TCBs tap into their collective main vein with ‘Purple Heart Magic’, a track that typifies their majesty, their ear-sorcery and yes, their oh-so habit-forming music that so many folk have missed out on… maybe 2018 will be their year and, by default, our year too. All hail TCB!!!

The optimism of ‘Brighter Days’ draws us in from the outset, so much so that we forgive and forget the occasional fleeting flashes of Cast’s ‘Finetime’. It’s a toe-tapping, nodding extravaganza that disguises its heavyweight simplicity with a fine balance of lead/backing vocals & piles of production prowess.

The intermittently vulnerable lead vocal of ‘Out’, both draws and distracts as it competes and contrasts with the composition’s punchier counterparts. The soft, seductive storytelling is perhaps the most alluring element, but that’s a big statement when dealing with a song of such strength and budding stature.

‘Caroline’, like ‘Sleep’, lets those beloved trademark psychedelic nuances shine, as Glen’s prominent Dylanesque drawl steals the spotlight and easily dilutes any ‘San Francisco’/The Carpenters undercurrent. It’s often said that best things come in small packages, right?

With its accessible, image-riddled lyrics and all-round soothing accompaniment, it’s only a matter of time before penultimate track ‘Each Mortal Day’ has got you running for the repeat button! We somehow empathise with each newly-elicited emotion, as Deb’s delicate vocal demands our focus.

Whirligig’s longest track is saved until last, suggesting that ‘Be Here Now’ will be more of the operatic epic we’ve historically fallen for, but it’s not! Amidst a more familiar TCB construct, the guitar solo shines brighter than the already dazzling track; prepare to feel the sun beating down on your eardrums folks!!!
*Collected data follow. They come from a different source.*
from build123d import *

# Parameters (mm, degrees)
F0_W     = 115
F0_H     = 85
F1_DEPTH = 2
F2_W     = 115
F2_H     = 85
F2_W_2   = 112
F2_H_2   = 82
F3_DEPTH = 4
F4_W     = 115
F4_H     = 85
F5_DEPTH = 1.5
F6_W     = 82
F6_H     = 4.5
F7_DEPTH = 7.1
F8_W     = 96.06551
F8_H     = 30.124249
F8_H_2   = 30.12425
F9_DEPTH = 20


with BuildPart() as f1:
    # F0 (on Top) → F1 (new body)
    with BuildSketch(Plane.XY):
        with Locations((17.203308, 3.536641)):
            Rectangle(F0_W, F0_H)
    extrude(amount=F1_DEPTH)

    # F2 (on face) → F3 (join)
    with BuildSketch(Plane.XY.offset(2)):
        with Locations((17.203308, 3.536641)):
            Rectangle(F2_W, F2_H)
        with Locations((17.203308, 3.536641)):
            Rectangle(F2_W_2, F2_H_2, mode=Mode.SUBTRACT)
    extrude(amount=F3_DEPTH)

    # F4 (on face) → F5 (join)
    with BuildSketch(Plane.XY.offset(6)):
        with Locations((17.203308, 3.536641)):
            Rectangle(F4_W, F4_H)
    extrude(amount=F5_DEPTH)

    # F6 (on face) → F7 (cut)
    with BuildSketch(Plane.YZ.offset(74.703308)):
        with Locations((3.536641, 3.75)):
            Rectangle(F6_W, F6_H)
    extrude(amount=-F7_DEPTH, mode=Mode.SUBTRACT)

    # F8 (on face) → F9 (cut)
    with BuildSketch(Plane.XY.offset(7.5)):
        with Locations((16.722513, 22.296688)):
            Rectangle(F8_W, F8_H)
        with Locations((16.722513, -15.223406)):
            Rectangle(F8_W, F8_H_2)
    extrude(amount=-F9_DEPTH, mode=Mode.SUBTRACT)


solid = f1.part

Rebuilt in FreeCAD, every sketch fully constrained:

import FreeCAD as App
import Part
import Sketcher

V = App.Vector


def add_polygon(sketch, points):
    """Adds a closed chain of lines whose ends are joined by coincident constraints."""
    first, n = sketch.GeometryCount, len(points)
    for a, b in zip(points, points[1:] + points[:1]):
        sketch.addGeometry(Part.LineSegment(App.Vector(*a, 0), App.Vector(*b, 0)), False)
    for i in range(n):
        sketch.addConstraint(Sketcher.Constraint("Coincident", first + i, 2, first + (i + 1) % n, 1))

doc = App.newDocument("Part")
body = doc.addObject("PartDesign::Body", "Body")

sketch1 = body.newObject("Sketcher::SketchObject", "Sketch")
sketch1.AttachmentSupport = (doc.getObject("XY_Plane"), [""])
sketch1.MapMode = "FlatFace"
add_polygon(sketch1, [(-40, 46), (-40, -39), (75, -39), (75, 46)])
sketch1.addConstraint(Sketcher.Constraint("Vertical", 0))
sketch1.addConstraint(Sketcher.Constraint("Horizontal", 1))
sketch1.addConstraint(Sketcher.Constraint("Vertical", 2))
sketch1.addConstraint(Sketcher.Constraint("Horizontal", 3))
sketch1.addConstraint(Sketcher.Constraint("DistanceX", 1, 1, 1, 2, 115.0))
sketch1.addConstraint(Sketcher.Constraint("DistanceY", 0, 2, 0, 1, 85.0))
sketch1.addConstraint(Sketcher.Constraint("DistanceY", 0, 2, -1, 1, 38.963359))
sketch1.addConstraint(Sketcher.Constraint("DistanceX", -1, 1, 1, 2, 74.703308))
pad1 = body.newObject("PartDesign::Pad", "Pad")
pad1.Profile = sketch1
pad1.Length = 2

sketch2 = body.newObject("Sketcher::SketchObject", "Sketch001")
sketch2.AttachmentSupport = (doc.getObject("XY_Plane"), [""])
sketch2.MapMode = "FlatFace"
sketch2.AttachmentOffset = App.Placement(V(0, 0, 2), App.Rotation())
add_polygon(sketch2, [(-40, 46), (-40, -39), (75, -39), (75, 46)])
add_polygon(sketch2, [(73, -37), (-39, -37), (-39, 45), (73, 45)])
sketch2.addConstraint(Sketcher.Constraint("Vertical", 0))
sketch2.addConstraint(Sketcher.Constraint("Horizontal", 1))
sketch2.addConstraint(Sketcher.Constraint("Vertical", 2))
sketch2.addConstraint(Sketcher.Constraint("Horizontal", 3))
sketch2.addConstraint(Sketcher.Constraint("Horizontal", 4))
sketch2.addConstraint(Sketcher.Constraint("Vertical", 5))
sketch2.addConstraint(Sketcher.Constraint("Horizontal", 6))
sketch2.addConstraint(Sketcher.Constraint("Vertical", 7))
sketch2.addConstraint(Sketcher.Constraint("DistanceX", 1, 1, 1, 2, 115.0))
sketch2.addConstraint(Sketcher.Constraint("DistanceX", 4, 2, 4, 1, 112.0))
sketch2.addConstraint(Sketcher.Constraint("DistanceY", 0, 2, 0, 1, 85.0))
sketch2.addConstraint(Sketcher.Constraint("DistanceY", 5, 1, 5, 2, 82.0))
sketch2.addConstraint(Sketcher.Constraint("DistanceX", 0, 2, 4, 2, 1.5))
sketch2.addConstraint(Sketcher.Constraint("DistanceY", 0, 2, 4, 2, 1.5))
sketch2.addConstraint(Sketcher.Constraint("DistanceY", 0, 2, -1, 1, 38.963359))
sketch2.addConstraint(Sketcher.Constraint("DistanceX", -1, 1, 1, 2, 74.703308))
pad2 = body.newObject("PartDesign::Pad", "Pad001")
pad2.Profile = sketch2
pad2.Length = 4

sketch3 = body.newObject("Sketcher::SketchObject", "Sketch002")
sketch3.AttachmentSupport = (doc.getObject("XY_Plane"), [""])
sketch3.MapMode = "FlatFace"
sketch3.AttachmentOffset = App.Placement(V(0, 0, 6), App.Rotation())
add_polygon(sketch3, [(-40, 46), (-40, -39), (75, -39), (75, 46)])
sketch3.addConstraint(Sketcher.Constraint("Vertical", 0))
sketch3.addConstraint(Sketcher.Constraint("Horizontal", 1))
sketch3.addConstraint(Sketcher.Constraint("Vertical", 2))
sketch3.addConstraint(Sketcher.Constraint("Horizontal", 3))
sketch3.addConstraint(Sketcher.Constraint("DistanceX", 1, 1, 1, 2, 115.0))
sketch3.addConstraint(Sketcher.Constraint("DistanceY", 0, 2, 0, 1, 85.0))
sketch3.addConstraint(Sketcher.Constraint("DistanceY", 0, 2, -1, 1, 38.963359))
sketch3.addConstraint(Sketcher.Constraint("DistanceX", -1, 1, 1, 2, 74.703308))
pad3 = body.newObject("PartDesign::Pad", "Pad002")
pad3.Profile = sketch3
pad3.Length = 1.5

sketch4 = body.newObject("Sketcher::SketchObject", "Sketch003")
sketch4.AttachmentSupport = (doc.getObject("YZ_Plane"), [""])
sketch4.MapMode = "FlatFace"
sketch4.AttachmentOffset = App.Placement(V(0, 0, 74.703308), App.Rotation())
add_polygon(sketch4, [(-37.5, 6), (-37.5, 1.5), (44.5, 1.5), (44.5, 6)])
sketch4.addConstraint(Sketcher.Constraint("Vertical", 0))
sketch4.addConstraint(Sketcher.Constraint("Horizontal", 1))
sketch4.addConstraint(Sketcher.Constraint("Vertical", 2))
sketch4.addConstraint(Sketcher.Constraint("Horizontal", 3))
sketch4.addConstraint(Sketcher.Constraint("DistanceX", 1, 1, 1, 2, 82.0))
sketch4.addConstraint(Sketcher.Constraint("DistanceY", 0, 2, 0, 1, 4.5))
sketch4.addConstraint(Sketcher.Constraint("DistanceY", -1, 1, 2, 2, 6.0))
sketch4.addConstraint(Sketcher.Constraint("DistanceX", 0, 2, -1, 1, 37.463359))
pocket1 = body.newObject("PartDesign::Pocket", "Pocket")
pocket1.Profile = sketch4
pocket1.Length = 7.1

sketch5 = body.newObject("Sketcher::SketchObject", "Sketch004")
sketch5.AttachmentSupport = (doc.getObject("XY_Plane"), [""])
sketch5.MapMode = "FlatFace"
sketch5.AttachmentOffset = App.Placement(V(0, 0, 7.5), App.Rotation())
add_polygon(sketch5, [(-31, 37), (-31, 7), (65, 7), (65, 37)])
add_polygon(sketch5, [(-31, 0), (-31, -30), (65, -30), (65, 0)])
sketch5.addConstraint(Sketcher.Constraint("Vertical", 0))
sketch5.addConstraint(Sketcher.Constraint("Horizontal", 1))
sketch5.addConstraint(Sketcher.Constraint("Vertical", 2))
sketch5.addConstraint(Sketcher.Constraint("Horizontal", 3))
sketch5.addConstraint(Sketcher.Constraint("Vertical", 4))
sketch5.addConstraint(Sketcher.Constraint("Horizontal", 5))
sketch5.addConstraint(Sketcher.Constraint("Vertical", 6))
sketch5.addConstraint(Sketcher.Constraint("Horizontal", 7))
sketch5.addConstraint(Sketcher.Constraint("Vertical", 3, 2, 4, 2))
sketch5.addConstraint(Sketcher.Constraint("Vertical", 2, 2, 5, 2))
sketch5.addConstraint(Sketcher.Constraint("Equal", 2, 4))
sketch5.addConstraint(Sketcher.Constraint("DistanceX", 1, 1, 1, 2, 96.06551))
sketch5.addConstraint(Sketcher.Constraint("DistanceY", 0, 2, 0, 1, 30.124249))
sketch5.addConstraint(Sketcher.Constraint("DistanceX", 0, 2, -1, 1, 31.310242))
sketch5.addConstraint(Sketcher.Constraint("DistanceY", 4, 2, -1, 1, 30.285531))
sketch5.addConstraint(Sketcher.Constraint("DistanceY", -1, 1, 0, 2, 7.234564))
pocket2 = body.newObject("PartDesign::Pocket", "Pocket001")
pocket2.Profile = sketch5
pocket2.Length = 20

doc.recompute()
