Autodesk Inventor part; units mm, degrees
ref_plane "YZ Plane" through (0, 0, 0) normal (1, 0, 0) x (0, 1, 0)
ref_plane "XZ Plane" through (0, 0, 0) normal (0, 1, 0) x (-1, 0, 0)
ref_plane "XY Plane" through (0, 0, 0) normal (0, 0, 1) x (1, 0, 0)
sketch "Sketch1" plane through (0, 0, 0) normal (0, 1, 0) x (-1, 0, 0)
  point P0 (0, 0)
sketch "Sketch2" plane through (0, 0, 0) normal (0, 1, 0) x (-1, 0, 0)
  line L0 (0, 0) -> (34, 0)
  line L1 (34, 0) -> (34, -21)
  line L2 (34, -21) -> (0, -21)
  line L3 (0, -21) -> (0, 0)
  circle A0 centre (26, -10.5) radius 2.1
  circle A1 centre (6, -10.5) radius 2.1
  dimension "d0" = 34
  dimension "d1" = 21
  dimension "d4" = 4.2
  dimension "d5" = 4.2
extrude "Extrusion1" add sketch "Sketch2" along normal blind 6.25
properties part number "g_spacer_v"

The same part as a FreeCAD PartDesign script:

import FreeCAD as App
import Part
import Sketcher
from FreeCAD import Vector

doc = App.newDocument("Part")
params = doc.addObject("Spreadsheet::Sheet", "Params")
for row, (alias, value) in enumerate([
    ("sketch1_diameter", "4.2 mm"),
    ("sketch1_width", "34 mm"),
    ("sketch1_height", "21 mm"),
    ("pad1_length", "6.25 mm"),
], start=1):
    params.set(f"A{row}", alias)
    params.set(f"B{row}", "=" + value)
    params.setAlias(f"B{row}", alias)

body = doc.addObject("PartDesign::Body", "Body")

# Sketch on XZ plane
sketch1 = doc.addObject("Sketcher::SketchObject", "Sketch")
body.addObject(sketch1)
sketch1.AttachmentSupport = (doc.XZ_Plane, [""])
sketch1.MapMode = "FlatFace"
sketch1.addGeometry(Part.LineSegment(Vector(-34, 0, 0), Vector(0, 0, 0)), False)
sketch1.addGeometry(Part.LineSegment(Vector(0, 0, 0), Vector(0, -21, 0)), False)
sketch1.addGeometry(Part.LineSegment(Vector(0, -21, 0), Vector(-34, -21, 0)), False)
sketch1.addGeometry(Part.LineSegment(Vector(-34, -21, 0), Vector(-34, 0, 0)), False)
sketch1.addGeometry(Part.Circle(Vector(-6, -10.5, 0), Vector(0, 0, 1), 2.1), False)
sketch1.addGeometry(Part.Circle(Vector(-26, -10.5, 0), Vector(0, 0, 1), 2.1), False)
sketch1.addConstraint(Sketcher.Constraint("Coincident", 0, 2, 1, 1))
sketch1.addConstraint(Sketcher.Constraint("Coincident", 1, 2, 2, 1))
sketch1.addConstraint(Sketcher.Constraint("Coincident", 2, 2, 3, 1))
sketch1.addConstraint(Sketcher.Constraint("Coincident", 3, 2, 0, 1))
sketch1.addConstraint(Sketcher.Constraint("Horizontal", 0))
sketch1.addConstraint(Sketcher.Constraint("Vertical", 1))
sketch1.addConstraint(Sketcher.Constraint("Horizontal", 2))
sketch1.addConstraint(Sketcher.Constraint("Vertical", 3))
sketch1.addConstraint(Sketcher.Constraint("Coincident", 0, 2, -1, 1))
sketch1.addConstraint(Sketcher.Constraint("Equal", 4, 5))
sketch1.addConstraint(Sketcher.Constraint("Horizontal", 4, 3, 5, 3))
sketch1.addConstraint(Sketcher.Constraint("Diameter", 4, 4.2))
sketch1.addConstraint(Sketcher.Constraint("DistanceX", 0, 1, 0, 2, 34.0))
sketch1.addConstraint(Sketcher.Constraint("DistanceY", 1, 2, 1, 1, 21.0))
sketch1.addConstraint(Sketcher.Constraint("DistanceX", 4, 3, -1, 1, 6.0))
sketch1.addConstraint(Sketcher.Constraint("DistanceX", 5, 3, -1, 1, 26.0))
sketch1.addConstraint(Sketcher.Constraint("DistanceY", 4, 3, -1, 1, 10.5))
sketch1.setExpression("Constraints[11]", "Params.sketch1_diameter")
sketch1.setExpression("Constraints[12]", "Params.sketch1_width")
sketch1.setExpression("Constraints[13]", "Params.sketch1_height")
pad1 = doc.addObject("PartDesign::Pad", "Pad")
body.addObject(pad1)
pad1.Profile = sketch1
pad1.setExpression("Length", "Params.pad1_length")
pad1.Reversed = True

doc.recompute()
Whirligig! seems more deliberate and mature when compared to commonplace moments that pepper TCB’s delightfully playful, psychedelic back catalogue. Maybe it’s the Hammond organ resurrecting sorely-missed Rob Collins; maybe the myriad of Manc reference points presented… maybe not!

Because they hold such enticement and quality, each track instills a subtle sense of loss upon closing; to some extent they feel like album samplers (despite their average duration of 3.6 minutes). Maybe I’m greedy, but if history has taught me anything, it’s that I can’t get enough of that TCB sound.